As can be seen, certain media groups play a key role in escalating Islamophobia in the US. This role of the media is explained in an article published in the Huffington Post with the title: “Is America Becoming More Islamophobic?”

“Islamophobia is rampant in all forms of mass media. Oscar-contending films from the past several years have featured hordes of angry, violent, anti-American Muslims who are thwarted by white American heroes, from Argo to Zero Dark Thirty to American Sniper. Muslims prone to violence and terrorism are also central to the plotlines of recent award-winning television shows such as Homeland.

“The image of Muslims in the US news media has also declined since 2010. According to a MediaTenor study, just over 40 per cent of network news coverage of Muslims was negative in 2010. By 2013, almost three-quarters of coverage depicted Muslims in a negative light and usually in relation to violence or terrorism,” read the article.

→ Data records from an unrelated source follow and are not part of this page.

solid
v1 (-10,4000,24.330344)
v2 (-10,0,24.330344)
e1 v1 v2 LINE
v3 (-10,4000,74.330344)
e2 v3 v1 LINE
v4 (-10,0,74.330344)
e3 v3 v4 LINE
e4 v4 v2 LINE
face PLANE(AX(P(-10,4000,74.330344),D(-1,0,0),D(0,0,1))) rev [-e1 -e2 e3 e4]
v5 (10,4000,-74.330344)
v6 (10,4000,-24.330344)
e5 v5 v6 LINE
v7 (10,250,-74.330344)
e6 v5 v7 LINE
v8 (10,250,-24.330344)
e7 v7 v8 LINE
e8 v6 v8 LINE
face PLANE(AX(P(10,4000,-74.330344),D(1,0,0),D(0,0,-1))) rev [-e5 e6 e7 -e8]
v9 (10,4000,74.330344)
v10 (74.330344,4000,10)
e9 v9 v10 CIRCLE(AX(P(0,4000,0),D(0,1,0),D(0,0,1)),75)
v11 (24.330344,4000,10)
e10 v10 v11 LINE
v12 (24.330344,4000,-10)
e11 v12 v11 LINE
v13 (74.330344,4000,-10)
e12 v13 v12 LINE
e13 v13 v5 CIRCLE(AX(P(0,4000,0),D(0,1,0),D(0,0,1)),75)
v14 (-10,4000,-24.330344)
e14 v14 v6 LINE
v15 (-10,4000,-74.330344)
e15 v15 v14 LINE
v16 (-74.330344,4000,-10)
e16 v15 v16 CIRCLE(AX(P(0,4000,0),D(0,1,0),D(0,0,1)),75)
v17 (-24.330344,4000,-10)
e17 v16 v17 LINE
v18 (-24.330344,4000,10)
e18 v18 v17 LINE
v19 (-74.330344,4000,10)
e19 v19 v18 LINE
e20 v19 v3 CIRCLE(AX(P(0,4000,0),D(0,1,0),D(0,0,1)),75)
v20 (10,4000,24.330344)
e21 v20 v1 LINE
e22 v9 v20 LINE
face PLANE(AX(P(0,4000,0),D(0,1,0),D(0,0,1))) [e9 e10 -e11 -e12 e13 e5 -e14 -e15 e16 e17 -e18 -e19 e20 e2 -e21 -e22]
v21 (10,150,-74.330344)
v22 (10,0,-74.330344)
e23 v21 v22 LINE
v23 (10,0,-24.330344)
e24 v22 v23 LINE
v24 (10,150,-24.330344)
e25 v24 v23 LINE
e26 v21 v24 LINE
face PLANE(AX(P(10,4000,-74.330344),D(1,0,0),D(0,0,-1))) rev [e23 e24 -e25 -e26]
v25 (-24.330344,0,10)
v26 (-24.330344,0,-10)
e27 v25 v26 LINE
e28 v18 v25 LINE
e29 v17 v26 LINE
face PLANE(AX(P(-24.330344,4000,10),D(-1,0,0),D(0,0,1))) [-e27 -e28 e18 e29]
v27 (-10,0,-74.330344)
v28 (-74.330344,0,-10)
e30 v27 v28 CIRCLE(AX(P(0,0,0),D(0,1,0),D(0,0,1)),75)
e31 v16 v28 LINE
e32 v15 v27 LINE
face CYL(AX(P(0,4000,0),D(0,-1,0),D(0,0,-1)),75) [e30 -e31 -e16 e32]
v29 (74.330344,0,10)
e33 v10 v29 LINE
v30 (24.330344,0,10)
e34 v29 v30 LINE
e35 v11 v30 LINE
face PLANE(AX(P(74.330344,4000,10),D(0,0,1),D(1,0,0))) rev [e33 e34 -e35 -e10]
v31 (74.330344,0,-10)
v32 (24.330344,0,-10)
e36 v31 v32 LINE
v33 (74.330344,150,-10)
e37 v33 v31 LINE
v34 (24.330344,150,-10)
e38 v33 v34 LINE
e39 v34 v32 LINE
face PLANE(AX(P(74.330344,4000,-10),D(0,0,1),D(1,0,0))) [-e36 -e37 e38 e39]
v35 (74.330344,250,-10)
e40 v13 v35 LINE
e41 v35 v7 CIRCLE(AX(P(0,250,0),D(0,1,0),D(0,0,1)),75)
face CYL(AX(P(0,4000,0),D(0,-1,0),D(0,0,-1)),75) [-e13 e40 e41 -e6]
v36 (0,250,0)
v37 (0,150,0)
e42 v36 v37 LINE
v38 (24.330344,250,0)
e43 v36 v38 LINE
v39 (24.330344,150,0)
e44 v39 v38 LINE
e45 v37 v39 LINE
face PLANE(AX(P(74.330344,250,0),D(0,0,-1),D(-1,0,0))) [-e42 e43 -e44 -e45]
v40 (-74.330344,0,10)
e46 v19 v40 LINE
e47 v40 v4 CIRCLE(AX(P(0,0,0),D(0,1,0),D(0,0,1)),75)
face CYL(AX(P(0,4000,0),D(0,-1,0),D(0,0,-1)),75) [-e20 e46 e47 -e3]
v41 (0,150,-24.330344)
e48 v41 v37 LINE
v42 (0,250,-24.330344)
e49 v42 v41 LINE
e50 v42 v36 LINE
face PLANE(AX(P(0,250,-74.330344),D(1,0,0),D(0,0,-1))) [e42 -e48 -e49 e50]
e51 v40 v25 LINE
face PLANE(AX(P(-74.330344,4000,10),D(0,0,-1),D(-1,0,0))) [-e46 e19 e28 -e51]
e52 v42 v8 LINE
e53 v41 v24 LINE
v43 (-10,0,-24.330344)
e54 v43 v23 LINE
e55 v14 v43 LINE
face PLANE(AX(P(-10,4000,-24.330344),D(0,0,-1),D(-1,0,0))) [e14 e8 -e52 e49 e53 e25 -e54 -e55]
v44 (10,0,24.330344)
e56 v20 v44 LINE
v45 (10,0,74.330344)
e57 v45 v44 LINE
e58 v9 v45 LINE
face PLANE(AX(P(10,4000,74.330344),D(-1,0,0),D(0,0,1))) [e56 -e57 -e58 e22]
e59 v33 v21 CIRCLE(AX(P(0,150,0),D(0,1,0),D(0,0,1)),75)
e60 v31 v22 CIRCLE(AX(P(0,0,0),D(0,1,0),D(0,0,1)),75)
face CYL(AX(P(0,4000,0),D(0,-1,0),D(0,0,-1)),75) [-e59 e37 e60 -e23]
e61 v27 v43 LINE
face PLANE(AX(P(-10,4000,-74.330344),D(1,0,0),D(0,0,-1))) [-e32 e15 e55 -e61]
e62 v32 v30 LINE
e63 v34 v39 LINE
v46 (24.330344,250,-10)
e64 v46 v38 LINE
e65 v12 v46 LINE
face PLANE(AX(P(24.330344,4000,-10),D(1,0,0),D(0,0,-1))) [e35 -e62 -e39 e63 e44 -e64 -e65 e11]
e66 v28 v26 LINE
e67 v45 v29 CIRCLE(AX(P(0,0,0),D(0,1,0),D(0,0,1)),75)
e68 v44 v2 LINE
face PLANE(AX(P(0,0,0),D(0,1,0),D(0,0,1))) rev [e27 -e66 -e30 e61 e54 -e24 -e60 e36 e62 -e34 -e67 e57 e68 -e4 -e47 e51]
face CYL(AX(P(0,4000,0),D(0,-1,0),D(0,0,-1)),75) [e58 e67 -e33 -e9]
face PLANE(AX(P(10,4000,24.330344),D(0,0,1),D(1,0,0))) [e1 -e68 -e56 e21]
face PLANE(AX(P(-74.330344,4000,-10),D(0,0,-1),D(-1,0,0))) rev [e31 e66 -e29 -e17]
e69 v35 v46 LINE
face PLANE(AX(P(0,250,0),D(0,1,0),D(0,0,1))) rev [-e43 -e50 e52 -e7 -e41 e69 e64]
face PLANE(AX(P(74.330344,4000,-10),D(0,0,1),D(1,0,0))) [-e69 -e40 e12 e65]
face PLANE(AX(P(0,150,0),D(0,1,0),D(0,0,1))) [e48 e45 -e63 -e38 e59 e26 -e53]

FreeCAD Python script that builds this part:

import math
import FreeCAD as App
import Part
import Sketcher


def add_polygon(sketch, points):
    """Adds a closed chain of lines whose ends are joined by coincident constraints."""
    first, n = sketch.GeometryCount, len(points)
    for a, b in zip(points, points[1:] + points[:1]):
        sketch.addGeometry(Part.LineSegment(App.Vector(*a, 0), App.Vector(*b, 0)), False)
    for i in range(n):
        sketch.addConstraint(Sketcher.Constraint("Coincident", first + i, 2, first + (i + 1) % n, 1))

doc = App.newDocument("Part")
body = doc.addObject("PartDesign::Body", "Body")

# Sketch on XZ plane
sketch1 = body.newObject("Sketcher::SketchObject", "Sketch")
sketch1.AttachmentSupport = (doc.getObject("XZ_Plane"), [""])
sketch1.MapMode = "FlatFace"
sketch1.addGeometry([
    Part.LineSegment(App.Vector(-10, -24, 0), App.Vector(-10, -74, 0)),  # 0
    Part.ArcOfCircle(Part.Circle(App.Vector(0, 0, 0), App.Vector(0, 0, 1), 75), math.radians(-172), math.radians(-98)),  # 1
    Part.LineSegment(App.Vector(-74, -10, 0), App.Vector(-24, -10, 0)),  # 2
    Part.LineSegment(App.Vector(-24, -10, 0), App.Vector(-24, 10, 0)),  # 3
    Part.LineSegment(App.Vector(-24, 10, 0), App.Vector(-74, 10, 0)),  # 4
    Part.ArcOfCircle(Part.Circle(App.Vector(0, 0, 0), App.Vector(0, 0, 1), 75), math.radians(98), math.radians(172)),  # 5
    Part.LineSegment(App.Vector(-10, 74, 0), App.Vector(-10, 24, 0)),  # 6
    Part.LineSegment(App.Vector(-10, 24, 0), App.Vector(10, 24, 0)),  # 7
    Part.LineSegment(App.Vector(10, 24, 0), App.Vector(10, 74, 0)),  # 8
    Part.ArcOfCircle(Part.Circle(App.Vector(0, 0, 0), App.Vector(0, 0, 1), 75), math.radians(8), math.radians(82)),  # 9
    Part.LineSegment(App.Vector(74, 10, 0), App.Vector(24, 10, 0)),  # 10
    Part.LineSegment(App.Vector(24, 10, 0), App.Vector(24, -10, 0)),  # 11
    Part.LineSegment(App.Vector(24, -10, 0), App.Vector(74, -10, 0)),  # 12
    Part.ArcOfCircle(Part.Circle(App.Vector(0, 0, 0), App.Vector(0, 0, 1), 75), math.radians(-82), math.radians(-8)),  # 13
    Part.LineSegment(App.Vector(10, -74, 0), App.Vector(10, -24, 0)),  # 14
    Part.LineSegment(App.Vector(10, -24, 0), App.Vector(-10, -24, 0)),  # 15
], False)
sketch1.addConstraint([
    Sketcher.Constraint("Coincident", 0, 2, 1, 2),
    Sketcher.Constraint("Coincident", 1, 1, 2, 1),
    Sketcher.Constraint("Coincident", 2, 2, 3, 1),
    Sketcher.Constraint("Coincident", 3, 2, 4, 1),
    Sketcher.Constraint("Coincident", 4, 2, 5, 2),
    Sketcher.Constraint("Coincident", 5, 1, 6, 1),
    Sketcher.Constraint("Coincident", 6, 2, 7, 1),
    Sketcher.Constraint("Coincident", 7, 2, 8, 1),
    Sketcher.Constraint("Coincident", 8, 2, 9, 2),
    Sketcher.Constraint("Coincident", 9, 1, 10, 1),
    Sketcher.Constraint("Coincident", 10, 2, 11, 1),
    Sketcher.Constraint("Coincident", 11, 2, 12, 1),
    Sketcher.Constraint("Coincident", 12, 2, 13, 2),
    Sketcher.Constraint("Coincident", 13, 1, 14, 1),
    Sketcher.Constraint("Coincident", 14, 2, 15, 1),
    Sketcher.Constraint("Coincident", 15, 2, 0, 1),
    Sketcher.Constraint("Vertical", 0),
    Sketcher.Constraint("Horizontal", 2),
    Sketcher.Constraint("Vertical", 3),
    Sketcher.Constraint("Horizontal", 4),
    Sketcher.Constraint("Vertical", 6),
    Sketcher.Constraint("Horizontal", 7),
    Sketcher.Constraint("Vertical", 8),
    Sketcher.Constraint("Horizontal", 10),
    Sketcher.Constraint("Vertical", 11),
    Sketcher.Constraint("Horizontal", 12),
    Sketcher.Constraint("Vertical", 14),
    Sketcher.Constraint("Horizontal", 15),
    Sketcher.Constraint("Coincident", 1, 3, -1, 1),
    Sketcher.Constraint("Coincident", 5, 3, -1, 1),
    Sketcher.Constraint("Coincident", 9, 3, -1, 1),
    Sketcher.Constraint("Coincident", 13, 3, -1, 1),
    Sketcher.Constraint("Equal", 1, 5),
    Sketcher.Constraint("Equal", 5, 9),
    Sketcher.Constraint("Equal", 9, 13),
    Sketcher.Constraint("Symmetric", 2, 2, 10, 2, -1, 1),
    Sketcher.Constraint("Symmetric", 6, 2, 14, 2, -1, 1),
    Sketcher.Constraint("Horizontal", 5, 1, 8, 2),
    Sketcher.Constraint("Horizontal", 4, 2, 9, 1),
    Sketcher.Constraint("Horizontal", 2, 2, 11, 2),
    Sketcher.Constraint("Horizontal", 0, 2, 13, 1),
    Sketcher.Constraint("Equal", 12, 0),
    Sketcher.Constraint("Equal", 15, 3),
    Sketcher.Constraint("Radius", 1, 75.0),
    Sketcher.Constraint("DistanceX", 2, 1, 2, 2, 50.0),
    Sketcher.Constraint("DistanceX", 7, 1, 7, 2, 20.0),
])
pad1 = body.newObject("PartDesign::Pad", "Pad")
pad1.Profile = sketch1
pad1.Length = 4000
pad1.Reversed = True

# Sketch on XZ plane
sketch2 = body.newObject("Sketcher::SketchObject", "Sketch001")
sketch2.AttachmentSupport = (doc.getObject("XZ_Plane"), [""])
sketch2.MapMode = "FlatFace"
sketch2.AttachmentOffset = App.Placement(App.Vector(0, 0, -200), App.Rotation())
add_polygon(sketch2, [(0, -74), (0, 0), (74, 0), (74, -74)])  # lines 0-3
sketch2.addConstraint([
    Sketcher.Constraint("Vertical", 0),
    Sketcher.Constraint("Horizontal", 1),
    Sketcher.Constraint("Vertical", 2),
    Sketcher.Constraint("Horizontal", 3),
    Sketcher.Constraint("Coincident", 0, 2, -1, 1),
    Sketcher.Constraint("Equal", 3, 0),
    Sketcher.Constraint("DistanceX", 1, 1, 1, 2, 74.330344),
])
pocket1 = body.newObject("PartDesign::Pocket", "Pocket")
pocket1.Profile = sketch2
pocket1.Length = 100
pocket1.Midplane = True

doc.recompute()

What is interesting is that the
circles that fuel Islamophobia and carry out provocative activities are the same ones that castigated Trump before the elections and have launched a vicious and ruthless disparagement campaign against him after the elections, urging thousands to take to the streets.

The majority of those are Britain- based think tanks and media organisations and some American think tanks and media organisations, which are actually their extensions. In other words, these are all politicians, journalists, academicians and commentators feeding on the same network.

Completely eliminating Islamophobia should be Trump’s first and foremost humanitarian and conscientious duty.

The US will become stronger only when it becomes a country where freedom of belief and expression is prevalent rather than prejudices, where people treat each other on the principle of “love your neighbour” instead of seeing each other as potential enemies.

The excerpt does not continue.